[Data to process]

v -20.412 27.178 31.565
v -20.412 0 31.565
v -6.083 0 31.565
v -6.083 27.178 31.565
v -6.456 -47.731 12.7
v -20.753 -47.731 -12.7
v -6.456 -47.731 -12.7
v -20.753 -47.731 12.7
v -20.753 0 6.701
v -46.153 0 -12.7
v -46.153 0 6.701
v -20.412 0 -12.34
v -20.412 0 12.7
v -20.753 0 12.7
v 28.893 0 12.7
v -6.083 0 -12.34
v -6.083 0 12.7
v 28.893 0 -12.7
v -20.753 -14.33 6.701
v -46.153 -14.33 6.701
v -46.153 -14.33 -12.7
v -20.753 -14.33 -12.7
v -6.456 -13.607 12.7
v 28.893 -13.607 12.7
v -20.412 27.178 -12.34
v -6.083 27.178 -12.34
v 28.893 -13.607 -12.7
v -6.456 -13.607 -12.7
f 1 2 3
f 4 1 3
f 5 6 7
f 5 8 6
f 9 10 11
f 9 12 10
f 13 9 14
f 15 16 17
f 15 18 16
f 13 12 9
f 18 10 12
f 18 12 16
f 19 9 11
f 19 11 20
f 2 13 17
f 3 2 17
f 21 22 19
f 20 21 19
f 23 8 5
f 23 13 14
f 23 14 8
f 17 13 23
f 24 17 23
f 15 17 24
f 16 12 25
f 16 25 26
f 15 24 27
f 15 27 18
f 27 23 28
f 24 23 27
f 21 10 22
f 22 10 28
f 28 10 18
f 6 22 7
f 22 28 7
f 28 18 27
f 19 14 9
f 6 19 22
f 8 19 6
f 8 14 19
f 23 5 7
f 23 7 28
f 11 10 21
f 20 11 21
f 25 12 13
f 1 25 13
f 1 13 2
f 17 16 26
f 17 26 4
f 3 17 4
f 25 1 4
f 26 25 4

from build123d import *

# Parameters (mm, degrees)
F0_W     = 14.2970732413
F0_H     = 34.1241974384
F0_H_2   = 13.6066358536
F0_W_2   = 35.348333884
F1_DEPTH = 12.7
F2_W     = 14.3289165571
F2_H     = 43.9045364037
F3_DEPTH = 27.178
F4_W     = 14.3301561475
F4_H     = 19.4006666213
F5_DEPTH = 25.4


with BuildPart() as f1:
    # F0 (on Top) → F1 (new body, symmetric)
    with BuildSketch(Plane.XY):
        with Locations((-13.6043701787, -30.6687345728)):
            Rectangle(F0_W, F0_H)
        with Locations((-13.6043701787, -6.8033179268)):
            Rectangle(F0_W, F0_H_2)
        with Locations((11.218333384, -6.8033179268)):
            Rectangle(F0_W_2, F0_H_2)
    extrude(amount=F1_DEPTH, both=True)

    # F2 (on Front) → F3 (join)
    with BuildSketch(Plane.XZ):
        with Locations((-13.2477167062, 9.6126752906)):
            Rectangle(F2_W, F2_H)
    extrude(amount=-F3_DEPTH)

    # F4 (on face) → F5 (join)
    with BuildSketch(Plane(origin=(-20.7529067993, 0, 0), x_dir=(0, -1, 0), z_dir=(-1, 0, 0))):
        with Locations((7.1650780737, -2.9996666893)):
            Rectangle(F4_W, F4_H)
    extrude(amount=F5_DEPTH)


solid = f1.part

[/Data to process]

Once you have read the entries above, copy them out exactly as they were given.

v -20.412 27.178 31.565
v -20.412 0 31.565
v -6.083 0 31.565
v -6.083 27.178 31.565
v -6.456 -47.731 12.7
v -20.753 -47.731 -12.7
v -6.456 -47.731 -12.7
v -20.753 -47.731 12.7
v -20.753 0 6.701
v -46.153 0 -12.7
v -46.153 0 6.701
v -20.412 0 -12.34
v -20.412 0 12.7
v -20.753 0 12.7
v 28.893 0 12.7
v -6.083 0 -12.34
v -6.083 0 12.7
v 28.893 0 -12.7
v -20.753 -14.33 6.701
v -46.153 -14.33 6.701
v -46.153 -14.33 -12.7
v -20.753 -14.33 -12.7
v -6.456 -13.607 12.7
v 28.893 -13.607 12.7
v -20.412 27.178 -12.34
v -6.083 27.178 -12.34
v 28.893 -13.607 -12.7
v -6.456 -13.607 -12.7
f 1 2 3
f 4 1 3
f 5 6 7
f 5 8 6
f 9 10 11
f 9 12 10
f 13 9 14
f 15 16 17
f 15 18 16
f 13 12 9
f 18 10 12
f 18 12 16
f 19 9 11
f 19 11 20
f 2 13 17
f 3 2 17
f 21 22 19
f 20 21 19
f 23 8 5
f 23 13 14
f 23 14 8
f 17 13 23
f 24 17 23
f 15 17 24
f 16 12 25
f 16 25 26
f 15 24 27
f 15 27 18
f 27 23 28
f 24 23 27
f 21 10 22
f 22 10 28
f 28 10 18
f 6 22 7
f 22 28 7
f 28 18 27
f 19 14 9
f 6 19 22
f 8 19 6
f 8 14 19
f 23 5 7
f 23 7 28
f 11 10 21
f 20 11 21
f 25 12 13
f 1 25 13
f 1 13 2
f 17 16 26
f 17 26 4
f 3 17 4
f 25 1 4
f 26 25 4

from build123d import *

# Parameters (mm, degrees)
F0_W     = 14.2970732413
F0_H     = 34.1241974384
F0_H_2   = 13.6066358536
F0_W_2   = 35.348333884
F1_DEPTH = 12.7
F2_W     = 14.3289165571
F2_H     = 43.9045364037
F3_DEPTH = 27.178
F4_W     = 14.3301561475
F4_H     = 19.4006666213
F5_DEPTH = 25.4


with BuildPart() as f1:
    # F0 (on Top) → F1 (new body, symmetric)
    with BuildSketch(Plane.XY):
        with Locations((-13.6043701787, -30.6687345728)):
            Rectangle(F0_W, F0_H)
        with Locations((-13.6043701787, -6.8033179268)):
            Rectangle(F0_W, F0_H_2)
        with Locations((11.218333384, -6.8033179268)):
            Rectangle(F0_W_2, F0_H_2)
    extrude(amount=F1_DEPTH, both=True)

    # F2 (on Front) → F3 (join)
    with BuildSketch(Plane.XZ):
        with Locations((-13.2477167062, 9.6126752906)):
            Rectangle(F2_W, F2_H)
    extrude(amount=-F3_DEPTH)

    # F4 (on face) → F5 (join)
    with BuildSketch(Plane(origin=(-20.7529067993, 0, 0), x_dir=(0, -1, 0), z_dir=(-1, 0, 0))):
        with Locations((7.1650780737, -2.9996666893)):
            Rectangle(F4_W, F4_H)
    extrude(amount=F5_DEPTH)


solid = f1.part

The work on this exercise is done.